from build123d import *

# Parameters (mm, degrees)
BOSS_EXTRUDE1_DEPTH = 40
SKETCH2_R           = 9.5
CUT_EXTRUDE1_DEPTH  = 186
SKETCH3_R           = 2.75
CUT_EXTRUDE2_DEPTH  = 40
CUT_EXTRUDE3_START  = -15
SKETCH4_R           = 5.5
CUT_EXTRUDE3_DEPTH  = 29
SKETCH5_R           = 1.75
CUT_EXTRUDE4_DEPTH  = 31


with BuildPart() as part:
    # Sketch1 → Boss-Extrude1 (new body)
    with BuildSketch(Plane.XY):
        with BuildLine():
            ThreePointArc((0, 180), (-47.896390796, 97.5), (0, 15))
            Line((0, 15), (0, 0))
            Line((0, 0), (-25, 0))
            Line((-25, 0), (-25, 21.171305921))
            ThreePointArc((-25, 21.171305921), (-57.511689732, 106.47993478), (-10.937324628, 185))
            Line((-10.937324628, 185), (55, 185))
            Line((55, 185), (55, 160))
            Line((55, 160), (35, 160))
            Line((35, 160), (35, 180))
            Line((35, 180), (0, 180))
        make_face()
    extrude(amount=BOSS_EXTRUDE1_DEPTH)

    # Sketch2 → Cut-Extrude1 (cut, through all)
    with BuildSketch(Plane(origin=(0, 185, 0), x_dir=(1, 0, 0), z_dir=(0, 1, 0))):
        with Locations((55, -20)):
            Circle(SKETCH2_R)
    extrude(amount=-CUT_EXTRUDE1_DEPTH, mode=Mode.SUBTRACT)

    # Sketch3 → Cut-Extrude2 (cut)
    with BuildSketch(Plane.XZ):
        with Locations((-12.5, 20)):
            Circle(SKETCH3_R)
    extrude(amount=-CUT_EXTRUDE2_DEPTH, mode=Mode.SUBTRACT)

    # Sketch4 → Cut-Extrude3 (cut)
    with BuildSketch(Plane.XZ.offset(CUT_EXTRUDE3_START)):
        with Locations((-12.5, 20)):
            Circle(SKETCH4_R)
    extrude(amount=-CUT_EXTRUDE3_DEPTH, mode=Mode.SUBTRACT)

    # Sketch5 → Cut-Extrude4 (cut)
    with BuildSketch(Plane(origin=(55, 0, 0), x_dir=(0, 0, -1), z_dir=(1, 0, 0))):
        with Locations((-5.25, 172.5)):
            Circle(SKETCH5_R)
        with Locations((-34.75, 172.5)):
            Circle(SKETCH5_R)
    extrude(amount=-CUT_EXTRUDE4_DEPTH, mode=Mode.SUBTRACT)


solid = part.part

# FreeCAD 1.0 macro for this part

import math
import FreeCAD as App
import Part
import Sketcher
from FreeCAD import Vector

doc = App.newDocument("Part")
body = doc.addObject("PartDesign::Body", "Body")

# Sketch on XY plane
sketch1 = body.newObject("Sketcher::SketchObject", "Sketch")
sketch1.AttachmentSupport = (doc.getObject("XY_Plane"), [""])
sketch1.MapMode = "FlatFace"
sketch1.addGeometry(Part.ArcOfCircle(Part.Circle(Vector(47, 98, 0), Vector(0, 0, 1), 95), math.radians(120), math.radians(240)), False)
sketch1.addGeometry(Part.LineSegment(Vector(0, 180, 0), Vector(35, 180, 0)), False)
sketch1.addGeometry(Part.LineSegment(Vector(35, 180, 0), Vector(35, 160, 0)), False)
sketch1.addGeometry(Part.LineSegment(Vector(35, 160, 0), Vector(55, 160, 0)), False)
sketch1.addGeometry(Part.LineSegment(Vector(55, 160, 0), Vector(55, 185, 0)), False)
sketch1.addGeometry(Part.LineSegment(Vector(55, 185, 0), Vector(-11, 185, 0)), False)
sketch1.addGeometry(Part.ArcOfCircle(Part.Circle(Vector(47, 98, 0), Vector(0, 0, 1), 105), math.radians(124), math.radians(227)), False)
sketch1.addGeometry(Part.LineSegment(Vector(-25, 21, 0), Vector(-25, 0, 0)), False)
sketch1.addGeometry(Part.LineSegment(Vector(-25, 0, 0), Vector(0, 0, 0)), False)
sketch1.addGeometry(Part.LineSegment(Vector(0, 0, 0), Vector(0, 15, 0)), False)
sketch1.addConstraint(Sketcher.Constraint("Coincident", 0, 1, 1, 1))
sketch1.addConstraint(Sketcher.Constraint("Coincident", 1, 2, 2, 1))
sketch1.addConstraint(Sketcher.Constraint("Coincident", 2, 2, 3, 1))
sketch1.addConstraint(Sketcher.Constraint("Coincident", 3, 2, 4, 1))
sketch1.addConstraint(Sketcher.Constraint("Coincident", 4, 2, 5, 1))
sketch1.addConstraint(Sketcher.Constraint("Coincident", 5, 2, 6, 1))
sketch1.addConstraint(Sketcher.Constraint("Coincident", 6, 2, 7, 1))
sketch1.addConstraint(Sketcher.Constraint("Coincident", 7, 2, 8, 1))
sketch1.addConstraint(Sketcher.Constraint("Coincident", 8, 2, 9, 1))
sketch1.addConstraint(Sketcher.Constraint("Coincident", 9, 2, 0, 2))
sketch1.addConstraint(Sketcher.Constraint("Horizontal", 1))
sketch1.addConstraint(Sketcher.Constraint("Vertical", 2))
sketch1.addConstraint(Sketcher.Constraint("Horizontal", 3))
sketch1.addConstraint(Sketcher.Constraint("Vertical", 4))
sketch1.addConstraint(Sketcher.Constraint("Horizontal", 5))
sketch1.addConstraint(Sketcher.Constraint("Vertical", 7))
sketch1.addConstraint(Sketcher.Constraint("Horizontal", 8))
sketch1.addConstraint(Sketcher.Constraint("Vertical", 9))
sketch1.addConstraint(Sketcher.Constraint("Coincident", 8, 2, -1, 1))
sketch1.addConstraint(Sketcher.Constraint("Coincident", 6, 3, 0, 3))
sketch1.addConstraint(Sketcher.Constraint("PointOnObject", 0, 1, -2))
sketch1.addConstraint(Sketcher.Constraint("Equal", 3, 2))
sketch1.addConstraint(Sketcher.Constraint("Equal", 8, 4))
sketch1.addConstraint(Sketcher.Constraint("Radius", 0, 95.0))
sketch1.addConstraint(Sketcher.Constraint("Radius", 6, 105.0))
sketch1.addConstraint(Sketcher.Constraint("DistanceX", 1, 1, 1, 2, 35.0))
sketch1.addConstraint(Sketcher.Constraint("DistanceX", 3, 1, 3, 2, 20.0))
sketch1.addConstraint(Sketcher.Constraint("DistanceX", 8, 1, 8, 2, 25.0))
sketch1.addConstraint(Sketcher.Constraint("DistanceY", 9, 1, 9, 2, 15.0))
sketch1.addConstraint(Sketcher.Constraint("DistanceY", -1, 1, 0, 1, 180.0))
pad1 = body.newObject("PartDesign::Pad", "Pad")
pad1.Profile = sketch1
pad1.Length = 40

# Sketch on XZ plane
sketch2 = body.newObject("Sketcher::SketchObject", "Sketch001")
sketch2.AttachmentSupport = (doc.getObject("XZ_Plane"), [""])
sketch2.MapMode = "FlatFace"
sketch2.AttachmentOffset = App.Placement(Vector(0, 0, -185), App.Rotation())
sketch2.addGeometry(Part.Circle(Vector(55, 20, 0), Vector(0, 0, 1), 10), False)
sketch2.addConstraint(Sketcher.Constraint("Diameter", 0, 19.0))
sketch2.addConstraint(Sketcher.Constraint("DistanceX", -1, 1, 0, 3, 55.0))
sketch2.addConstraint(Sketcher.Constraint("DistanceY", -1, 1, 0, 3, 20.0))
pocket1 = body.newObject("PartDesign::Pocket", "Pocket")
pocket1.Profile = sketch2
pocket1.Type = "ThroughAll"
pocket1.Reversed = True

# Sketch on XZ plane
sketch3 = body.newObject("Sketcher::SketchObject", "Sketch002")
sketch3.AttachmentSupport = (doc.getObject("XZ_Plane"), [""])
sketch3.MapMode = "FlatFace"
sketch3.addGeometry(Part.Circle(Vector(-12.5, 20, 0), Vector(0, 0, 1), 2.8), False)
sketch3.addConstraint(Sketcher.Constraint("Diameter", 0, 5.5))
sketch3.addConstraint(Sketcher.Constraint("DistanceY", -1, 1, 0, 3, 20.0))
sketch3.addConstraint(Sketcher.Constraint("DistanceX", 0, 3, -1, 1, 12.5))
pocket2 = body.newObject("PartDesign::Pocket", "Pocket001")
pocket2.Profile = sketch3
pocket2.Length = 40

# Sketch on XZ plane
sketch4 = body.newObject("Sketcher::SketchObject", "Sketch003")
sketch4.AttachmentSupport = (doc.getObject("XZ_Plane"), [""])
sketch4.MapMode = "FlatFace"
sketch4.AttachmentOffset = App.Placement(Vector(0, 0, -15), App.Rotation())
sketch4.addGeometry(Part.Circle(Vector(-12, 20, 0), Vector(0, 0, 1), 6), False)
sketch4.addConstraint(Sketcher.Constraint("Diameter", 0, 11.0))
sketch4.addConstraint(Sketcher.Constraint("DistanceY", -1, 1, 0, 3, 20.0))
sketch4.addConstraint(Sketcher.Constraint("DistanceX", 0, 3, -1, 1, 12.5))
pocket3 = body.newObject("PartDesign::Pocket", "Pocket002")
pocket3.Profile = sketch4
pocket3.Length = 29

# Sketch on YZ plane
sketch5 = body.newObject("Sketcher::SketchObject", "Sketch004")
sketch5.AttachmentSupport = (doc.getObject("YZ_Plane"), [""])
sketch5.MapMode = "FlatFace"
sketch5.AttachmentOffset = App.Placement(Vector(0, 0, 55), App.Rotation())
sketch5.addGeometry(Part.Circle(Vector(172.5, 5.2, 0), Vector(0, 0, 1), 1.8), False)
sketch5.addGeometry(Part.Circle(Vector(172.5, 34.8, 0), Vector(0, 0, 1), 1.8), False)
sketch5.addConstraint(Sketcher.Constraint("Equal", 0, 1))
sketch5.addConstraint(Sketcher.Constraint("Vertical", 0, 3, 1, 3))
sketch5.addConstraint(Sketcher.Constraint("Diameter", 0, 3.5))
sketch5.addConstraint(Sketcher.Constraint("DistanceX", -1, 1, 0, 3, 172.5))
sketch5.addConstraint(Sketcher.Constraint("DistanceY", 0, 3, 1, 3, 29.5))
sketch5.addConstraint(Sketcher.Constraint("DistanceY", -1, 1, 0, 3, 5.25))
pocket4 = body.newObject("PartDesign::Pocket", "Pocket003")
pocket4.Profile = sketch5
pocket4.Length = 31

doc.recompute()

__________

# INSTRUCTIONS FOR THE TASK:
Only one part of the material above is to be transcribed, namely the lines starting with the line that has "Line((35, 180), (0, 180))" and going on through the line that has "# Sketch3 → Cut-Extrude2 (cut)", exactly as they stand.

# REPLY:
            Line((35, 180), (0, 180))
        make_face()
    extrude(amount=BOSS_EXTRUDE1_DEPTH)

    # Sketch2 → Cut-Extrude1 (cut, through all)
    with BuildSketch(Plane(origin=(0, 185, 0), x_dir=(1, 0, 0), z_dir=(0, 1, 0))):
        with Locations((55, -20)):
            Circle(SKETCH2_R)
    extrude(amount=-CUT_EXTRUDE1_DEPTH, mode=Mode.SUBTRACT)

    # Sketch3 → Cut-Extrude2 (cut)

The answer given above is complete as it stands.